### DESCRIPTION OF THE TASK
After locating the line that contains "f 364 549 379" in the data below, set down exactly that line and each one after it through the line that contains "f 598 190 644", and nothing more.

### DATA PROVIDED
--- START ---
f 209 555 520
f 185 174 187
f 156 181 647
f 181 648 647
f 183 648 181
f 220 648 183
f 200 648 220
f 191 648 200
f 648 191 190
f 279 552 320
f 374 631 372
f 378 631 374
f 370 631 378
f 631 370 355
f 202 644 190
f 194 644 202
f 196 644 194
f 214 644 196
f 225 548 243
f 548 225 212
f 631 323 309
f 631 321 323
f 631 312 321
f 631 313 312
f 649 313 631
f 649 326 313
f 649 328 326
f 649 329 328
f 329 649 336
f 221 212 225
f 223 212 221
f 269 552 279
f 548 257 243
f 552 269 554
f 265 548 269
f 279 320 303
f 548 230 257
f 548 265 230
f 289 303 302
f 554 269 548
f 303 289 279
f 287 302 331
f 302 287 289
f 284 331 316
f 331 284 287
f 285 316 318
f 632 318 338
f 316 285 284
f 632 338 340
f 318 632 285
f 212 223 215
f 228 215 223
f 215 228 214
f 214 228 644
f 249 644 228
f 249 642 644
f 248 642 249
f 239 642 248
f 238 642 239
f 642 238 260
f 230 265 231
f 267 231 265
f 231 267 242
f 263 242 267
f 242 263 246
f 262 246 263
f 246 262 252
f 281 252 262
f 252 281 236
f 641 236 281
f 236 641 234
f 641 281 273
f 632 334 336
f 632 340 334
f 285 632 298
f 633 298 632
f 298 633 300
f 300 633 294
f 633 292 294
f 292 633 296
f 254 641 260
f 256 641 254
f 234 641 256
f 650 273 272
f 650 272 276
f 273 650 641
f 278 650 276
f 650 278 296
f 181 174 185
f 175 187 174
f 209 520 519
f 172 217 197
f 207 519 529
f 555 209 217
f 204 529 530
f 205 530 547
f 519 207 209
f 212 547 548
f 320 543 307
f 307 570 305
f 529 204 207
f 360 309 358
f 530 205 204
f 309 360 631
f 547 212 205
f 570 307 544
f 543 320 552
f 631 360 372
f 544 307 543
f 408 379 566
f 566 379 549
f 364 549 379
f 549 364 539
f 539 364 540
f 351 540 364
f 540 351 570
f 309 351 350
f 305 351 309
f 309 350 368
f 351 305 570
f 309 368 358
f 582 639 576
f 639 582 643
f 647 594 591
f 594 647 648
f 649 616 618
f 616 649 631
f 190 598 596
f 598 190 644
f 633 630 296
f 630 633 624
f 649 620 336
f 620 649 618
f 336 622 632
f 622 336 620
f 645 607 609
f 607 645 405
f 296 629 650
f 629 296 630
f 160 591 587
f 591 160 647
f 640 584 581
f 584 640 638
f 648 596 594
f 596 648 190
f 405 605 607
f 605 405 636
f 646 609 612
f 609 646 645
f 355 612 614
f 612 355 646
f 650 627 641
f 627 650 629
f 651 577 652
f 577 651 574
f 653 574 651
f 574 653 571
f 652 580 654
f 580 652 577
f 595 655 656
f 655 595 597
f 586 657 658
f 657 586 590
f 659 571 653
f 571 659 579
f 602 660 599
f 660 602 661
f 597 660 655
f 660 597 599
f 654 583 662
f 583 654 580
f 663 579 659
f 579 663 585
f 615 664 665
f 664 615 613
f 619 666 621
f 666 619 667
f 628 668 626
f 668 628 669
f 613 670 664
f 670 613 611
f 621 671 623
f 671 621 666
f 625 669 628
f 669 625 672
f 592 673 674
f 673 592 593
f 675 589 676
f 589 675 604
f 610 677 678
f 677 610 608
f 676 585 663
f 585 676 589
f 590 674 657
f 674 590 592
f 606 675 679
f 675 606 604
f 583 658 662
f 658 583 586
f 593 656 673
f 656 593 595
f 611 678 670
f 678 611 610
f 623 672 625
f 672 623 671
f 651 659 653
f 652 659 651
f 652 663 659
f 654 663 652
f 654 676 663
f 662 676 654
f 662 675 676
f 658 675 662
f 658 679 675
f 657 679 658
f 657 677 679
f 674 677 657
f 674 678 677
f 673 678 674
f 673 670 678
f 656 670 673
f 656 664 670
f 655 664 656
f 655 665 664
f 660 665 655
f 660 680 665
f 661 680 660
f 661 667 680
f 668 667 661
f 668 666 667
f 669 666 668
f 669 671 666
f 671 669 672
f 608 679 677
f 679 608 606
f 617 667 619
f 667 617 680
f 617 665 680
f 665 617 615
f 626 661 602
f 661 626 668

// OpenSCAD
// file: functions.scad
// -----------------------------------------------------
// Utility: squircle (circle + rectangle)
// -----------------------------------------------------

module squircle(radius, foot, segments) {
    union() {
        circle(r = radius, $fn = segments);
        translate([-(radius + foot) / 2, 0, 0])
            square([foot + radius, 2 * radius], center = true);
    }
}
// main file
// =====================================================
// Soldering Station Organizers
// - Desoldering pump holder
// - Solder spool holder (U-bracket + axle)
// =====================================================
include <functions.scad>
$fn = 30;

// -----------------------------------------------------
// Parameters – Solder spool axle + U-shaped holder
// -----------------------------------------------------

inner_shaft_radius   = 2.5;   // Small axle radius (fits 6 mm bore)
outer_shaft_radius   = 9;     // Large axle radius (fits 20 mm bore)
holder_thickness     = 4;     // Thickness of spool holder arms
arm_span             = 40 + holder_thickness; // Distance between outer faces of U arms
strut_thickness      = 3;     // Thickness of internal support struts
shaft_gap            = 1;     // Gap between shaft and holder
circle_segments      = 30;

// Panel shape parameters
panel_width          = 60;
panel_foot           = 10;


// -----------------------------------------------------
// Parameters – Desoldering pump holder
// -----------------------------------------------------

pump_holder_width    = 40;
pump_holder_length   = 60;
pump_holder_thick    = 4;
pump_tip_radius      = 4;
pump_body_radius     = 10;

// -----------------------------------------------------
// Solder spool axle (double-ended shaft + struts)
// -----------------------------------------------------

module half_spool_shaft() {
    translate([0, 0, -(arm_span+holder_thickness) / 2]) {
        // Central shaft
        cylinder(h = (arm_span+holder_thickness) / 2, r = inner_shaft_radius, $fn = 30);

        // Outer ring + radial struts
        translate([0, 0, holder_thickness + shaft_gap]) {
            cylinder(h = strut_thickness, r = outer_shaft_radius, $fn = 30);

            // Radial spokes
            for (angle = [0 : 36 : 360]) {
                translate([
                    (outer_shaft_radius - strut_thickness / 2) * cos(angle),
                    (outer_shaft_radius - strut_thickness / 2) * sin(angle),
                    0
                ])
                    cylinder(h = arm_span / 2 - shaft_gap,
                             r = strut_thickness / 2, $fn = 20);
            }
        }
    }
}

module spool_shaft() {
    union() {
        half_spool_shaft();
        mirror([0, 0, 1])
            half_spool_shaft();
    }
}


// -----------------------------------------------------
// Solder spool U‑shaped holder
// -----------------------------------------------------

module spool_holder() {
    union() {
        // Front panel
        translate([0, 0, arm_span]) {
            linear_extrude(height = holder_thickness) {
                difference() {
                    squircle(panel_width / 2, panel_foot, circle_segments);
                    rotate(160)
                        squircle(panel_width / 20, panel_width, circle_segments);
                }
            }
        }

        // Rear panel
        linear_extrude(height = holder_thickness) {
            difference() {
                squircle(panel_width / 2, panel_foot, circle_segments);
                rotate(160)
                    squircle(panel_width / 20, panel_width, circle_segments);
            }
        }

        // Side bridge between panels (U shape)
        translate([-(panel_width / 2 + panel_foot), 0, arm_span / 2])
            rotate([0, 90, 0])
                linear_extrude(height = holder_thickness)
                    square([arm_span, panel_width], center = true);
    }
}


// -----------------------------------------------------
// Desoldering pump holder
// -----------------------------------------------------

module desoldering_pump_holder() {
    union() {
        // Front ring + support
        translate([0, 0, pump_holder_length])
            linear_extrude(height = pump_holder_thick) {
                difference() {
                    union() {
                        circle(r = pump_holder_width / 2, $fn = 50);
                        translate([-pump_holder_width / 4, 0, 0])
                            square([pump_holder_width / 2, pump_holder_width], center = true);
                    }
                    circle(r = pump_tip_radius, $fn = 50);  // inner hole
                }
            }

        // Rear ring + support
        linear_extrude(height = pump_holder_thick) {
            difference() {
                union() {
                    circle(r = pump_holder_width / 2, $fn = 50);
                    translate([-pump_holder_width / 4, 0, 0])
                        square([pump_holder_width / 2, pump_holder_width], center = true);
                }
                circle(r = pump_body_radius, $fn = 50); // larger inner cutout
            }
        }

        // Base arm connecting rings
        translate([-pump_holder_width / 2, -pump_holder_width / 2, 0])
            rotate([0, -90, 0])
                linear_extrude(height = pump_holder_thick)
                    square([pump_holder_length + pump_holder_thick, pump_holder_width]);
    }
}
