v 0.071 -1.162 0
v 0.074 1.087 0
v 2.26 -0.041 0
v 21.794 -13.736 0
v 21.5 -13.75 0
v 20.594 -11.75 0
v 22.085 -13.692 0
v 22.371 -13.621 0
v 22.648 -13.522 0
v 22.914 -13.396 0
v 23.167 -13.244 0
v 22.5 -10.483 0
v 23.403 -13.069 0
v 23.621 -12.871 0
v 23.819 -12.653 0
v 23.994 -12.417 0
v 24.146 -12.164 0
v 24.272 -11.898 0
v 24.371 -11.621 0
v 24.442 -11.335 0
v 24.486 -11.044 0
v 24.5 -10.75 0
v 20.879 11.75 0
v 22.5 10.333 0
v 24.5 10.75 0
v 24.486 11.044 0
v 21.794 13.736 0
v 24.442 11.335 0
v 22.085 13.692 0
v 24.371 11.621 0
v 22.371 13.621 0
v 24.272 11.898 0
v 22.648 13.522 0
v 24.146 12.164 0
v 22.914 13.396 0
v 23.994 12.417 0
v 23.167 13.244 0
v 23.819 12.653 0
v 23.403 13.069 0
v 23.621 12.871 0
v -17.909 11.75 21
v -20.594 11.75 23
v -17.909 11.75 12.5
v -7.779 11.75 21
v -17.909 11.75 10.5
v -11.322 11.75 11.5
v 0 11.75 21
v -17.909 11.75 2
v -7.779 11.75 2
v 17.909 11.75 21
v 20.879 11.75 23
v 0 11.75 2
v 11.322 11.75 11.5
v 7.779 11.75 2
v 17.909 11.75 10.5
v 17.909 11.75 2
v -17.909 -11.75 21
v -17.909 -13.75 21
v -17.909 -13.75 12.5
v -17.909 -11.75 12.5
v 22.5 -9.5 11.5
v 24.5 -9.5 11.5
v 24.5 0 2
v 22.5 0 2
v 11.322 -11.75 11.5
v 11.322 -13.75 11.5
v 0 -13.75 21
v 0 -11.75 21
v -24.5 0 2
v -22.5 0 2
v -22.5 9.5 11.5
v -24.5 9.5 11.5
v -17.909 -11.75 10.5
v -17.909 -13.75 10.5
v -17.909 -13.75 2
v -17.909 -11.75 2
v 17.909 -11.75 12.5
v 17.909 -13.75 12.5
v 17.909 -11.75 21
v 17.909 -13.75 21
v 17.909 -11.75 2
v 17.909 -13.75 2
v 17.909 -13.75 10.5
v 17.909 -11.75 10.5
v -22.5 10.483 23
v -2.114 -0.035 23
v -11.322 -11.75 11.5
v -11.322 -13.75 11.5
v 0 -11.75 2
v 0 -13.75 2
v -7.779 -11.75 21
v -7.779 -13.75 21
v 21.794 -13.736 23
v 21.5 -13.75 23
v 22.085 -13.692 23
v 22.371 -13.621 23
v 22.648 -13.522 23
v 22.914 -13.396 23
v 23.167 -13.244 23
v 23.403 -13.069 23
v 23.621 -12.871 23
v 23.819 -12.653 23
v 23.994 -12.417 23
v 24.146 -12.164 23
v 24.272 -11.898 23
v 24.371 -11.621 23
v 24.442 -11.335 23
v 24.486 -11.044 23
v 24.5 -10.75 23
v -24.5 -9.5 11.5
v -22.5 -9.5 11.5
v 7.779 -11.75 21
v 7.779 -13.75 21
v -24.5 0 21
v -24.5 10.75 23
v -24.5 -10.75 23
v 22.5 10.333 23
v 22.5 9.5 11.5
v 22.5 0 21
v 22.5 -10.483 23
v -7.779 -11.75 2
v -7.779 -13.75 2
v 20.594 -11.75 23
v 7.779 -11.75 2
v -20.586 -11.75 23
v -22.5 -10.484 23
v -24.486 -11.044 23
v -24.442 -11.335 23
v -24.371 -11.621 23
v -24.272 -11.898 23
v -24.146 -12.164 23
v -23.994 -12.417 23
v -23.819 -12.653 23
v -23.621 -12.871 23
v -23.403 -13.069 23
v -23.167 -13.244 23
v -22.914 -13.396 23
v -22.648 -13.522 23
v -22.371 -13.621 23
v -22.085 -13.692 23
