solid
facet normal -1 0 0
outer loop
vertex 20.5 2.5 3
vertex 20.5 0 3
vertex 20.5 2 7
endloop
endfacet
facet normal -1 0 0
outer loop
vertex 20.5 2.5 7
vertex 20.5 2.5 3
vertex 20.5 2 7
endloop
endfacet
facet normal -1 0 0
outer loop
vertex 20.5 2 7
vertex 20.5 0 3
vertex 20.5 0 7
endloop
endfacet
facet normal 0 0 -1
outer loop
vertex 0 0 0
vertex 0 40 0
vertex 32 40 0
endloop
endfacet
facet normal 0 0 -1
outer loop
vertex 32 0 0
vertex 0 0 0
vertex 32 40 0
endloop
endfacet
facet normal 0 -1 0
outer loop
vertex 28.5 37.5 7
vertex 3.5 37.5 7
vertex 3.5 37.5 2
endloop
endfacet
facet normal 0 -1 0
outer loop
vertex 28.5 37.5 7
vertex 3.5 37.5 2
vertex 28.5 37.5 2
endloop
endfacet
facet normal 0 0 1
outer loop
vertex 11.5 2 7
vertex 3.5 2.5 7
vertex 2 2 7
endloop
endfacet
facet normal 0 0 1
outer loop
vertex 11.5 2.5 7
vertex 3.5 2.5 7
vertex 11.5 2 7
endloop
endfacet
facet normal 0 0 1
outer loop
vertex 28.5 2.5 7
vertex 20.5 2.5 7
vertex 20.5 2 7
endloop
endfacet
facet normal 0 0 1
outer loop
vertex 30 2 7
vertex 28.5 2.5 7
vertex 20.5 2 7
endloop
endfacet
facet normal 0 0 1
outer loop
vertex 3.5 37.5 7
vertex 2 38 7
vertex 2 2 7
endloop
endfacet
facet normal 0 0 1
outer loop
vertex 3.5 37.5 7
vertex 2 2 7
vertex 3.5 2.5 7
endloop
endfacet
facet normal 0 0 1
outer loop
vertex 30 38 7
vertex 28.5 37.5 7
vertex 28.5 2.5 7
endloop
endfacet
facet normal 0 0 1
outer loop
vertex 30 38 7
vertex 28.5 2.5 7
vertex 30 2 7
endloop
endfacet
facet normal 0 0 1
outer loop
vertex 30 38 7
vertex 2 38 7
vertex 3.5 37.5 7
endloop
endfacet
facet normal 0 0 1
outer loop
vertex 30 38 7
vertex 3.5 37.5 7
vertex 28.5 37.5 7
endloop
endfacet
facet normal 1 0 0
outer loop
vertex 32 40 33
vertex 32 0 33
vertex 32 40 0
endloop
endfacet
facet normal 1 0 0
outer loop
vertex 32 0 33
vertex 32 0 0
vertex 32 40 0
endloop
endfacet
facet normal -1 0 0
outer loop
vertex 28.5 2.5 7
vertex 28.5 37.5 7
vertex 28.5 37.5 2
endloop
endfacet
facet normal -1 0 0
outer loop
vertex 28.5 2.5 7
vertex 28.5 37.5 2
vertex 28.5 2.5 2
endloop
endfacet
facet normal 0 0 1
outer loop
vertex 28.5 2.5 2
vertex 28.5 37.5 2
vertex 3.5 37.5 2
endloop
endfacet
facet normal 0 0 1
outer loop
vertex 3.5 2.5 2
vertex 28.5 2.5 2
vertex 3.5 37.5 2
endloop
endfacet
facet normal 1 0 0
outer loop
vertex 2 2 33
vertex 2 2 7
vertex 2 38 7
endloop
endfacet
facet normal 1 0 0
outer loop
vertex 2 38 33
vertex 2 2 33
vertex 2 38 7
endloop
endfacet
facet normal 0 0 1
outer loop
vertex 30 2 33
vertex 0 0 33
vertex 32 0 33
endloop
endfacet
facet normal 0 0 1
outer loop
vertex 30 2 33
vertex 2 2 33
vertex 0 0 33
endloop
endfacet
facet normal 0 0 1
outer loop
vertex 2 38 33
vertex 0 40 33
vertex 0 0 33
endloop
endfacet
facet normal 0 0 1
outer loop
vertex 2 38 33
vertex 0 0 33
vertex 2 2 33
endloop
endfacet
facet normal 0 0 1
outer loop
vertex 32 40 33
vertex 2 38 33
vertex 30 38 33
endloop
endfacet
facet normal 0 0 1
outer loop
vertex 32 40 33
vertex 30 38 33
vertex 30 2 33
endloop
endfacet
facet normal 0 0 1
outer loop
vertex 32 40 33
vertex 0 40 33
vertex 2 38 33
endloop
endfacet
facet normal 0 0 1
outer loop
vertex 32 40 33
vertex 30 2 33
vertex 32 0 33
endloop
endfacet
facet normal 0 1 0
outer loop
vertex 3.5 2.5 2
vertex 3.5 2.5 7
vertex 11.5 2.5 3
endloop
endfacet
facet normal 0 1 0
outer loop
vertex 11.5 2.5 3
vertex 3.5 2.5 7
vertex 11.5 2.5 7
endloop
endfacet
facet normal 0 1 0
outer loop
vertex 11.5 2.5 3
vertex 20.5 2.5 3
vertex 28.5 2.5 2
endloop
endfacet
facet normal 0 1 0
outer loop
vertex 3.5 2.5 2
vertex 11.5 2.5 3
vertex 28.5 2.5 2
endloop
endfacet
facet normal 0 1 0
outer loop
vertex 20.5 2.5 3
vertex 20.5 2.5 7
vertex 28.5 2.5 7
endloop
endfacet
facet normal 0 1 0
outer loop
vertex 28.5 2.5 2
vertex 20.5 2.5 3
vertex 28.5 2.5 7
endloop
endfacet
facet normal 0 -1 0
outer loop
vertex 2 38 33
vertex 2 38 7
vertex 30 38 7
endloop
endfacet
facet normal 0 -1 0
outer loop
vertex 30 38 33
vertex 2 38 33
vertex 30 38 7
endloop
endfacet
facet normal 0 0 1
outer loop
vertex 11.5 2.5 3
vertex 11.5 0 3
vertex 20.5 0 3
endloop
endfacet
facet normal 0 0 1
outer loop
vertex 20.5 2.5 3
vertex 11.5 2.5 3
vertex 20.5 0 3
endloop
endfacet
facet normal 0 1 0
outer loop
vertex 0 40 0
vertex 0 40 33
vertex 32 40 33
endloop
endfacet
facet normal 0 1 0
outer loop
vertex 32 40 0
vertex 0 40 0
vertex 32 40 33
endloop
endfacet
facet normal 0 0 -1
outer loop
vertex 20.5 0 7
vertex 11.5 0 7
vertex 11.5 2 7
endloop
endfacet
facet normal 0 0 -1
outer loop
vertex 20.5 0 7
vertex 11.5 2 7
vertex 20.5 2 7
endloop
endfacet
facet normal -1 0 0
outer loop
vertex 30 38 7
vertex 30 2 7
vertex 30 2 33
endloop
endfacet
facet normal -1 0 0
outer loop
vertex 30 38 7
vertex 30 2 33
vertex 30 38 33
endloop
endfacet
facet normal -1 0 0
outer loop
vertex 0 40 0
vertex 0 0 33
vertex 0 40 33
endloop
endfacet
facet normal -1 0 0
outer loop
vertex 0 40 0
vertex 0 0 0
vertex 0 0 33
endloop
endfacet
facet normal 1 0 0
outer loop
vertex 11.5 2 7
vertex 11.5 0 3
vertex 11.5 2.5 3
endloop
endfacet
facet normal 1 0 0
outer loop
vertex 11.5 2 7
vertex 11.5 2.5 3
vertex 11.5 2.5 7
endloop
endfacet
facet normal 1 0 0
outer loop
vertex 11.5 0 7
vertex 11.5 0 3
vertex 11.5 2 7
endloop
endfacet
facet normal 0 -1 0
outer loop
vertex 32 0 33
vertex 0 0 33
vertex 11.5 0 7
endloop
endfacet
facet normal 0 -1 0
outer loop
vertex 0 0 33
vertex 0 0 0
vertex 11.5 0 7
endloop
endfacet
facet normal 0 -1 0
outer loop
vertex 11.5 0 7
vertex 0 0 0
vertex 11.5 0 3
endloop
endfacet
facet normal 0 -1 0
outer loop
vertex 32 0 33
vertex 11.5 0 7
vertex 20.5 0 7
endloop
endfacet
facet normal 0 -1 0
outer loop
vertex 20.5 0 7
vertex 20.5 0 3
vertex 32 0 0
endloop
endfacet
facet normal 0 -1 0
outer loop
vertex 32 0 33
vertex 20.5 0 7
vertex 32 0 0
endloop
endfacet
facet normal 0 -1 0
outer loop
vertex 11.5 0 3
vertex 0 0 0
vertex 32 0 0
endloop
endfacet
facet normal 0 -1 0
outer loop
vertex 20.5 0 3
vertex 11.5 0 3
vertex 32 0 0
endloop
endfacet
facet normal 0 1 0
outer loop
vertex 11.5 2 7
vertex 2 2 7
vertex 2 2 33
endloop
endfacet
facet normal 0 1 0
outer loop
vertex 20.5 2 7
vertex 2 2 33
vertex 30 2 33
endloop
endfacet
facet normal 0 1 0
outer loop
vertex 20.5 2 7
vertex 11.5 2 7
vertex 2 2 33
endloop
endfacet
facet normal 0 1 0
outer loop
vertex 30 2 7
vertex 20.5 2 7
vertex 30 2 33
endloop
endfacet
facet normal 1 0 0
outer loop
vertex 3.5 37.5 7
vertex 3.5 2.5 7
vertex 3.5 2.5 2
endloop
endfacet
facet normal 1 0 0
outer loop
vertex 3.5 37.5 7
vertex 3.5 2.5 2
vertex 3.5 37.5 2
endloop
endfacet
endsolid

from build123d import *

# Parameters (mm, degrees)
SKETCH_W        = 32
SKETCH_H        = 40
PAD_DEPTH       = 7
SKETCH001_W     = 32
SKETCH001_H     = 40
SKETCH001_W_2   = 28
SKETCH001_H_2   = 36
PAD001_DEPTH    = 26
POCKET_DEPTH    = 5
SKETCH003_W     = 9
SKETCH003_H     = 4
POCKET001_DEPTH = 5


with BuildPart() as part:
    # Sketch → Pad (new body)
    with BuildSketch(Plane.XY):
        with Locations((16, 20)):
            Rectangle(SKETCH_W, SKETCH_H)
    extrude(amount=PAD_DEPTH)

    # Sketch001 → Pad001 (new body)
    with BuildSketch(Plane.XY.offset(7)):
        with Locations((16, 20)):
            Rectangle(SKETCH001_W, SKETCH001_H)
        with Locations((16, 20)):
            Rectangle(SKETCH001_W_2, SKETCH001_H_2, mode=Mode.SUBTRACT)
    extrude(amount=PAD001_DEPTH)

    # Sketch002 → Pocket (cut)
    with BuildSketch(Plane.XY.offset(7)):
        Polygon((3.5, 37.5), (28.5, 37.5), (28.5, 2.5), (16, 2.5), (3.5, 2.5), align=None)
    extrude(amount=-POCKET_DEPTH, mode=Mode.SUBTRACT)

    # Sketch003 → Pocket001 (cut)
    with BuildSketch(Plane.XZ):
        with Locations((16, 5)):
            Rectangle(SKETCH003_W, SKETCH003_H)
    extrude(amount=-POCKET001_DEPTH, mode=Mode.SUBTRACT)


solid = part.part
--- END ---
### TASK RESULT
f 364 549 379
f 549 364 539
f 539 364 540
f 351 540 364
f 540 351 570
f 309 351 350
f 305 351 309
f 309 350 368
f 351 305 570
f 309 368 358
f 582 639 576
f 639 582 643
f 647 594 591
f 594 647 648
f 649 616 618
f 616 649 631
f 190 598 596
f 598 190 644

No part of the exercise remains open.